Built a TypeScript library + API that scans any Chrome extension's manifest.json and generates a privacy score (0-100) with letter grades.
Use cases:
Check extensions before installing
CI/CD integration (GitHub Action coming)
Badge for your extension's README
Ran it against Urban VPN (the one that sold AI chats)
-> The Urban VPN scandal (8M users, AI chats sold to data brokers) showed that Google's review process isn't protecting anyone. <-
https://zovo.one/scanner/report/eppiocemhmnlbhjplcgkofciiegomcon
scored 29/100. The permissions were a red flag parade even before anyone looked at the code.
Stack: TypeScript core, Hono on CF Workers, Supabase, Lovable frontend.
BeLikeNative discusses a TypeScript library and API that scans Chrome extensions' manifest.json files to generate a privacy score. The tool aims to help users and developers assess extensions before installation and offers CI/CD integration. Feedback includes inquiries about scoring algorithms and suggestions for tracking permission changes over time.
this is really solid work. the urban vpn case is a perfect example of why user-side tooling matters more than platform gatekeeping at this point.
one thing i'd be curious about - how are you weighting different permission types in your scoring algorithm? like, is webRequest weighted heavier than storage, or are you doing some kind of combination score based on common abuse patterns? the letter grade is nice for quick scanning but wondering if you expose the breakdown anywhere.

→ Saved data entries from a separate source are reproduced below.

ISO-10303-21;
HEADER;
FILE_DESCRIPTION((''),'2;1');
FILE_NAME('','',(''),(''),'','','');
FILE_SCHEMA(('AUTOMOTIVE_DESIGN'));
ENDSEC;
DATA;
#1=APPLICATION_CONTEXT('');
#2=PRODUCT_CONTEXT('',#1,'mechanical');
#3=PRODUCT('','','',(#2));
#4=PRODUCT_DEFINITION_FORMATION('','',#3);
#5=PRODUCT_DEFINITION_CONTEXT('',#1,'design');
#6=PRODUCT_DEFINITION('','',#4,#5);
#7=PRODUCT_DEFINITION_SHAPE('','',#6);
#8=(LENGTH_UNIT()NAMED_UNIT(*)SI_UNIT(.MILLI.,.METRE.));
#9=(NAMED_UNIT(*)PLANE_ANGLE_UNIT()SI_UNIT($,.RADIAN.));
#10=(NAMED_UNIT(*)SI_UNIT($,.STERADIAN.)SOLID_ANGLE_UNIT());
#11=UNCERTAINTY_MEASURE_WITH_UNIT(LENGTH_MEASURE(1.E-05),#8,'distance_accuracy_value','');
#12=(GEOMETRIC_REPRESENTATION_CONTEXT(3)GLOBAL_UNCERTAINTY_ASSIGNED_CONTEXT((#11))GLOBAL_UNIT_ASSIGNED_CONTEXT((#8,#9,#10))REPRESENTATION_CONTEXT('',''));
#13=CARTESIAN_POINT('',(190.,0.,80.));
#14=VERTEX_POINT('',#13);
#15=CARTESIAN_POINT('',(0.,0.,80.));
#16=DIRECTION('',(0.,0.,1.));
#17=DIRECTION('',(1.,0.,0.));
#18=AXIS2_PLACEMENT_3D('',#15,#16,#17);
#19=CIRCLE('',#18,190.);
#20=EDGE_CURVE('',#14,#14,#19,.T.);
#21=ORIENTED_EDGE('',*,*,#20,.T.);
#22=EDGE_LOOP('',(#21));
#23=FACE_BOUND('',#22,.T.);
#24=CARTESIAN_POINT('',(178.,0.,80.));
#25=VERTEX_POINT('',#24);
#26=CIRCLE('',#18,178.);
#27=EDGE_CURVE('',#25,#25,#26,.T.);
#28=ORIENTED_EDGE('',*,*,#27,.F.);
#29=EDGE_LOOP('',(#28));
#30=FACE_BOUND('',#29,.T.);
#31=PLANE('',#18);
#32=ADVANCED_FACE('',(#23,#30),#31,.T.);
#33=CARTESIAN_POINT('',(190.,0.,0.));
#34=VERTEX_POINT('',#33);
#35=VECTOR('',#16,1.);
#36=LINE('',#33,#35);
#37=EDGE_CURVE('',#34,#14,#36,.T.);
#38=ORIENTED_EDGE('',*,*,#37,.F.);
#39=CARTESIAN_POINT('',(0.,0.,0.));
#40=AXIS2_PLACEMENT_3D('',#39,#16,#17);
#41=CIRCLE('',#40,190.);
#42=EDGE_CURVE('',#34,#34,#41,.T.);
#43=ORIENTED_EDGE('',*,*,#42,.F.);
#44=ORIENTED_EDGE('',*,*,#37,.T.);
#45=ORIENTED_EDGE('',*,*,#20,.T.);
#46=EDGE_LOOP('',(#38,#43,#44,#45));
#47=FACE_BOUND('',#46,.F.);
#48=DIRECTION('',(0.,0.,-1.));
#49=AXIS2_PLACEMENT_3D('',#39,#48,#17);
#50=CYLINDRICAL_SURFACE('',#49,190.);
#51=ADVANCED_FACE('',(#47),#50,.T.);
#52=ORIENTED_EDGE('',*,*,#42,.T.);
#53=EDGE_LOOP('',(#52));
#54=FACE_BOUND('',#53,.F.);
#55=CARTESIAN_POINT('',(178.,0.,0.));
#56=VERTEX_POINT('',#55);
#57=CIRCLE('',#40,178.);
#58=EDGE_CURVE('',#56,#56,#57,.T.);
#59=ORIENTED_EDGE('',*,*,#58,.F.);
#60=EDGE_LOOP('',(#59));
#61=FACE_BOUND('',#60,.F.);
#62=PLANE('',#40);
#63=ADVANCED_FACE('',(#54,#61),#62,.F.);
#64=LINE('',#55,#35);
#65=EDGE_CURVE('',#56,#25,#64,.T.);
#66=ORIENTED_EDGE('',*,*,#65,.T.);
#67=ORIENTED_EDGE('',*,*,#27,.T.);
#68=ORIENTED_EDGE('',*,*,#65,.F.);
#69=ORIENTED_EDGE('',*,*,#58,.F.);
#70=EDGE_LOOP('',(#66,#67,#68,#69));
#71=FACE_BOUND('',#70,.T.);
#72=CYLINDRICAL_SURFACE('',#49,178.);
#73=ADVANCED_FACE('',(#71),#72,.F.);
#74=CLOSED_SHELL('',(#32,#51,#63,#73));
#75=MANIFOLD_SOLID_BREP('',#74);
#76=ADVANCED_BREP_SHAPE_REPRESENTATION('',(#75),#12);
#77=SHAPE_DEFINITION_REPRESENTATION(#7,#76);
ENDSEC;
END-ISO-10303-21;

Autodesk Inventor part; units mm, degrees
ref_plane "YZ Plane" through (0, 0, 0) normal (1, 0, 0) x (0, 1, 0)
ref_plane "XZ Plane" through (0, 0, 0) normal (0, 1, 0) x (-1, 0, 0)
ref_plane "XY Plane" through (0, 0, 0) normal (0, 0, 1) x (1, 0, 0)
sketch "Эскиз1" plane through (0, 0, 0) normal (0, 0, 1) x (1, 0, 0)
  circle A0 centre (0, 0) radius 178
  circle A1 centre (0, 0) radius 190
  dimension "d0" = 356
  dimension "d1" = 380
extrude "Выдавливание1" add sketch "Эскиз1" along normal blind 80
properties part number "Опорное кольцо" material "Нержавеющая сталь"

also, have you thought about tracking permission changes over time? extensions that gradually expand their permissions post-install are usually the sketchiest ones. could be a useful feature for the ci/cd integration - like flag any new permissions added since last version.

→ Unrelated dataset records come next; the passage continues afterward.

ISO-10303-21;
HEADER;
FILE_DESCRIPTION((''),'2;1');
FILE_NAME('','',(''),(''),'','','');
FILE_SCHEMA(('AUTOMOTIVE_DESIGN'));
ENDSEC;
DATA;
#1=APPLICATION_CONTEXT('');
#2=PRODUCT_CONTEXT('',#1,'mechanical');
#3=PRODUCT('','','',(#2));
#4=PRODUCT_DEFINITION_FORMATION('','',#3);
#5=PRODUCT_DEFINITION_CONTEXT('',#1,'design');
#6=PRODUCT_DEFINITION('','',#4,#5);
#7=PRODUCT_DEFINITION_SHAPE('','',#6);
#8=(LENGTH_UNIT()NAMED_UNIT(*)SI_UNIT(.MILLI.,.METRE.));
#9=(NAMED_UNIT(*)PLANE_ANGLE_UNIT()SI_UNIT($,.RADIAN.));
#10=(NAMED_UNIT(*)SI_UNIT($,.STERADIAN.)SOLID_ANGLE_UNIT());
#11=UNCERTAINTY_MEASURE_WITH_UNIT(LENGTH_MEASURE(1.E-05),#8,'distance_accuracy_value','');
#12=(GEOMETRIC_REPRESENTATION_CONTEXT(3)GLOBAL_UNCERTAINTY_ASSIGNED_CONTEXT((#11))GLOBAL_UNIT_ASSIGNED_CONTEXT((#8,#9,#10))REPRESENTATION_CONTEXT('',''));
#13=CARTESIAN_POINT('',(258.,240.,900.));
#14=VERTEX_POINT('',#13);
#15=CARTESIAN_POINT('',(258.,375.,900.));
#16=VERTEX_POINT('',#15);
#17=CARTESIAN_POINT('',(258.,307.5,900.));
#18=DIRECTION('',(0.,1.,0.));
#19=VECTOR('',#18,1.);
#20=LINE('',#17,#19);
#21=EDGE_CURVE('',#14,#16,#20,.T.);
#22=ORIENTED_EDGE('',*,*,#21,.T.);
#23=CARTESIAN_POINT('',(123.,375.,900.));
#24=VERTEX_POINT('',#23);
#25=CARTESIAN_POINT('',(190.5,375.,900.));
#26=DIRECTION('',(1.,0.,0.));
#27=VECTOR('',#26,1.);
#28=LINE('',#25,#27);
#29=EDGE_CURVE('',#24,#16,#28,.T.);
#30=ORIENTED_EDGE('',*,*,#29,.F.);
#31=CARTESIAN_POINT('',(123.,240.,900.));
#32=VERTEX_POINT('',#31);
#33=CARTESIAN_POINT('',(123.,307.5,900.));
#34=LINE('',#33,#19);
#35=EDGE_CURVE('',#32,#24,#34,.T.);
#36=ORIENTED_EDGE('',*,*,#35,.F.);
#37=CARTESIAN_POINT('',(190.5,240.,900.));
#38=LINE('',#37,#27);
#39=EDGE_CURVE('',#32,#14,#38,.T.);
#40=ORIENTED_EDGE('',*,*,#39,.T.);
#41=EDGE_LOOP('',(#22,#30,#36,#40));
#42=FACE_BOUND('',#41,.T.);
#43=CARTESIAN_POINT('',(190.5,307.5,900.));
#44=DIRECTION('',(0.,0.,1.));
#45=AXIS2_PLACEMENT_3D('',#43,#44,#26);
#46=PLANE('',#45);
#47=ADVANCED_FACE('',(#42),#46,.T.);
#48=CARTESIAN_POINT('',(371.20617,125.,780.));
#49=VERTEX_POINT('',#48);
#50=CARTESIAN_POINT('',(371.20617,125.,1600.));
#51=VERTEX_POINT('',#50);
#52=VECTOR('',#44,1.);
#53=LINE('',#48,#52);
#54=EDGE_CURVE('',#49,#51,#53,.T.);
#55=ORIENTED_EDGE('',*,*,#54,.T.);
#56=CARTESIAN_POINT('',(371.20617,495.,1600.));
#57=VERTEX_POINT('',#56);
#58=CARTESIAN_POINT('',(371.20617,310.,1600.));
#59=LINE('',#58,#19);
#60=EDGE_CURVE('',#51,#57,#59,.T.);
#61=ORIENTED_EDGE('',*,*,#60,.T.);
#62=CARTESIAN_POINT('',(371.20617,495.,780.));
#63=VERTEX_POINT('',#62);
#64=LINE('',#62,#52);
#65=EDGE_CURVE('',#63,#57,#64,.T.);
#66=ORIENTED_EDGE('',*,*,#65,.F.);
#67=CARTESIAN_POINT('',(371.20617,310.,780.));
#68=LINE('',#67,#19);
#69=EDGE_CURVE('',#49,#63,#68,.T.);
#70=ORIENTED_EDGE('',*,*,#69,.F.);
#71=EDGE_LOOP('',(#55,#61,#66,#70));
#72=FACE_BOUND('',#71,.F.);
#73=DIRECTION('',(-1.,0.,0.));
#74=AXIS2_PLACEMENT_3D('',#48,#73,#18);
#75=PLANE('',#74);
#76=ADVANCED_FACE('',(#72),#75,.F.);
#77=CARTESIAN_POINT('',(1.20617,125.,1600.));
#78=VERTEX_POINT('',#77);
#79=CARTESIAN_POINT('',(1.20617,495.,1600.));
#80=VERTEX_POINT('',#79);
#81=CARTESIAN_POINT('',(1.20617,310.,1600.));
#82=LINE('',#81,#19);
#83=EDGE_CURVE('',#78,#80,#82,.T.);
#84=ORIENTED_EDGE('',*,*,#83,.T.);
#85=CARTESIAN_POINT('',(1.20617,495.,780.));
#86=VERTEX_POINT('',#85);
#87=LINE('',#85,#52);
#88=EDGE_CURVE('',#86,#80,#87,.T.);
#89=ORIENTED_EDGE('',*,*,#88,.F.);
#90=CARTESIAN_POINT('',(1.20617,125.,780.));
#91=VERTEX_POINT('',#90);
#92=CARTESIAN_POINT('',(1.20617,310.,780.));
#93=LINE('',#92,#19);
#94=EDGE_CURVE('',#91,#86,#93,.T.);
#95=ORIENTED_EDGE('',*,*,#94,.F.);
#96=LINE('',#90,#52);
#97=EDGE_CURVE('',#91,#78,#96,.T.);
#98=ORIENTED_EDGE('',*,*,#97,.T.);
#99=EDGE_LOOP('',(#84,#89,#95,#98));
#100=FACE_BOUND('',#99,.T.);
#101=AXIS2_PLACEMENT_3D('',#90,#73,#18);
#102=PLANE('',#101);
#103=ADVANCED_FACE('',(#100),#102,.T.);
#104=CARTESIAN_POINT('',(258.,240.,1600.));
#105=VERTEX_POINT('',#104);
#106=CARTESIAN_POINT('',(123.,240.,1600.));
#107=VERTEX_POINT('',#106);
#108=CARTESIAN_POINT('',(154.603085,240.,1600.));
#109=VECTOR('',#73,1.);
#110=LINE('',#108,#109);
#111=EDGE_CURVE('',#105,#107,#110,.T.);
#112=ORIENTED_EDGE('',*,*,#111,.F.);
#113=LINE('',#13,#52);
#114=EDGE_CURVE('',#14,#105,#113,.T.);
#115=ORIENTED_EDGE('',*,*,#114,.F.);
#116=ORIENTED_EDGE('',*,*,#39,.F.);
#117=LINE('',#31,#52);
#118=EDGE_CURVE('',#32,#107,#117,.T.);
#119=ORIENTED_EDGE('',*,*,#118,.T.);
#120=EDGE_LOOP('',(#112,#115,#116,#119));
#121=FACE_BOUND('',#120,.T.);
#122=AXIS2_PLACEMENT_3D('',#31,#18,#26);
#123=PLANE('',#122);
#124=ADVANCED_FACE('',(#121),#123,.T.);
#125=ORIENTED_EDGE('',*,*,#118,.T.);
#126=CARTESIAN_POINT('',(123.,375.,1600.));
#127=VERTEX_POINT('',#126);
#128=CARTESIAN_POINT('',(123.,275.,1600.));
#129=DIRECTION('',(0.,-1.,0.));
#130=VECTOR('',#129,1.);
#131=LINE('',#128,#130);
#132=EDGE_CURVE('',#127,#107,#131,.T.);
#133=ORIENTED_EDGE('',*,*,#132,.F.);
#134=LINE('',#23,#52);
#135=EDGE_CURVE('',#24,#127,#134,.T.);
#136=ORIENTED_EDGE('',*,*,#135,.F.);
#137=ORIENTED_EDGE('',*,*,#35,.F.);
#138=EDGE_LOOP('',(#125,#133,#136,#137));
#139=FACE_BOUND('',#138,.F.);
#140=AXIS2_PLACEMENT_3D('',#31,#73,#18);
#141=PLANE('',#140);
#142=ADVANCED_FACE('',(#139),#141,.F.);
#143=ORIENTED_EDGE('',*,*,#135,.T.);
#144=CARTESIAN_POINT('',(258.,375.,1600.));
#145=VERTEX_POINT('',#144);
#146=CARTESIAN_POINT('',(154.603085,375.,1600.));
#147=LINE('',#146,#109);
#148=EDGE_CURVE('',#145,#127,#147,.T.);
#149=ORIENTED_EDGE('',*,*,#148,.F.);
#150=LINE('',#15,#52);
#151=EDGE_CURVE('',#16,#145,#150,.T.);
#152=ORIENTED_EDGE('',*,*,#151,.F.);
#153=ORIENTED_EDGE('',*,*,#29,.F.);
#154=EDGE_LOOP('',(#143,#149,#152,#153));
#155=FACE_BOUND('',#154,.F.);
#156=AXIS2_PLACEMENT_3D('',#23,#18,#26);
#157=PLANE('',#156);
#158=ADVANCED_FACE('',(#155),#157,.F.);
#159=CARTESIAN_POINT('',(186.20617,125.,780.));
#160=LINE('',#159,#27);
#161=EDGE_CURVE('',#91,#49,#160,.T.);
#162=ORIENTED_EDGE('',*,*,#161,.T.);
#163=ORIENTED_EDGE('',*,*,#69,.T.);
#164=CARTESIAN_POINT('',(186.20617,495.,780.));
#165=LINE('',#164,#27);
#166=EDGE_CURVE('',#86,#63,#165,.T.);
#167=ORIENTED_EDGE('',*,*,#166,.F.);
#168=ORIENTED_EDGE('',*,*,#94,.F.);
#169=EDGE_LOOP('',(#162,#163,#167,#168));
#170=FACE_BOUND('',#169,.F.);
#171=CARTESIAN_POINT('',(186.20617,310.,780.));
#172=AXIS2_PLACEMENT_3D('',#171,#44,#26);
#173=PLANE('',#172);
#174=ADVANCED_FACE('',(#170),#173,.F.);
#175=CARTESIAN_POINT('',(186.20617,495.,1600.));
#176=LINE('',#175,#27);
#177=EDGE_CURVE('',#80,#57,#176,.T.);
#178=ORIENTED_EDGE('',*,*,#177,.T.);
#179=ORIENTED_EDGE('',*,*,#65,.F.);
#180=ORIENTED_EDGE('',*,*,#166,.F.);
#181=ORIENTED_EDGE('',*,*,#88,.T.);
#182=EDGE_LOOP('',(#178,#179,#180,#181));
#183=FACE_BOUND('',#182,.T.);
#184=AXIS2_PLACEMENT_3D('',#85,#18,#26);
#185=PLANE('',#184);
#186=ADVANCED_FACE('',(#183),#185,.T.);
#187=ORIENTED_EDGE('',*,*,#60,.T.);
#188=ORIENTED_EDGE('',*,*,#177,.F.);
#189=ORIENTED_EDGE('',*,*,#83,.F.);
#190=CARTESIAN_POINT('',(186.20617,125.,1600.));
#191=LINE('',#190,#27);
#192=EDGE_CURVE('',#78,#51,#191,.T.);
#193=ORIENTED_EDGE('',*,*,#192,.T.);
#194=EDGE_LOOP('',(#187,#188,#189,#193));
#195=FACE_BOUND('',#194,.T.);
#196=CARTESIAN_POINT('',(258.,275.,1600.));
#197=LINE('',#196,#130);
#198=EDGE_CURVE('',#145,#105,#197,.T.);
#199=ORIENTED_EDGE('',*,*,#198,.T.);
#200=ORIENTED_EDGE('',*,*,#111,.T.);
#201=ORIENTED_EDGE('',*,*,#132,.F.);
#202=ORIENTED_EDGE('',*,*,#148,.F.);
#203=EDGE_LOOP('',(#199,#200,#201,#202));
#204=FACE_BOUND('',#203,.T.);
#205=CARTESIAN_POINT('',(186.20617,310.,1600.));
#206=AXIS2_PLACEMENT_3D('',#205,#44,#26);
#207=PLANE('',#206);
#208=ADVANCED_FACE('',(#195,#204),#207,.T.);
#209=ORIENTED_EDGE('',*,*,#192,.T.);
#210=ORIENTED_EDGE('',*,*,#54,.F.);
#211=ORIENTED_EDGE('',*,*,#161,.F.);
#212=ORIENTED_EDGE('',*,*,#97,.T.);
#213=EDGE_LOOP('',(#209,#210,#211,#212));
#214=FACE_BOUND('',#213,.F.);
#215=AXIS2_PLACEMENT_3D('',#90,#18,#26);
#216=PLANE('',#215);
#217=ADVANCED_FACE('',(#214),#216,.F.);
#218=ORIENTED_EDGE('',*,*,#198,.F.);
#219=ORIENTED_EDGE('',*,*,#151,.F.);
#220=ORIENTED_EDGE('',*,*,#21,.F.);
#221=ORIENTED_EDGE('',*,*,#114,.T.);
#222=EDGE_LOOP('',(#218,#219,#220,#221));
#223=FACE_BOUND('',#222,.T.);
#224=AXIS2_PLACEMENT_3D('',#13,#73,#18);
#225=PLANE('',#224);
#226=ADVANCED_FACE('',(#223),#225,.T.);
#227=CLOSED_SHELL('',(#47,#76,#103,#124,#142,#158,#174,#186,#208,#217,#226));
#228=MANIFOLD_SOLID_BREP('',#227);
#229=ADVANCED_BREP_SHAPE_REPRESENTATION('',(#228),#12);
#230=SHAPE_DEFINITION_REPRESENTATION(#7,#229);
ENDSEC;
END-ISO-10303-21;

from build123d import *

# Parameters (mm, degrees)
BOX132_W     = 135
BOX132_H     = 135
BOX132_DEPTH = 1000
BOX131_W     = 370
BOX131_H     = 370
BOX131_DEPTH = 820


with BuildPart() as box132:
    # Box132 → Box132 (new body)
    with BuildSketch(Plane(origin=(120, 240, 900), x_dir=(1, 0, 0), z_dir=(0, 0, 1))):
        with Locations((67.5, 67.5)):
            Rectangle(BOX132_W, BOX132_H)
    extrude(amount=BOX132_DEPTH)


with BuildPart() as cut:
    # Box131 → Box131 (new body)
    with BuildSketch(Plane(origin=(-1.79383, 125, 780), x_dir=(1, 0, 0), z_dir=(0, 0, 1))):
        with Locations((185, 185)):
            Rectangle(BOX131_W, BOX131_H)
    extrude(amount=BOX131_DEPTH)

    # Cut: cut Box132
    add(box132.part, mode=Mode.SUBTRACT)


with BuildPart() as cut_1:
    # Cut placement: moved
    add(cut.part.moved(Location((3, 0, 0))))


solid = cut_1.part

well, Urban VPN getting away with that shows Google reviews are not cutting it. This scanner looks super useful for devs and users. If you need automated flagging and moderation at scale, ActiveFence is worth a look too.
The privacy-first angle is exactly right. I built an open-source Twitter unfollow manager with the same philosophy - all processing happens locally in the browser, zero external calls. The Web Store review process does not catch permission abuse, which is why minimal permissions plus a transparent README matters more than any badge. Good luck with the CI/CD integration.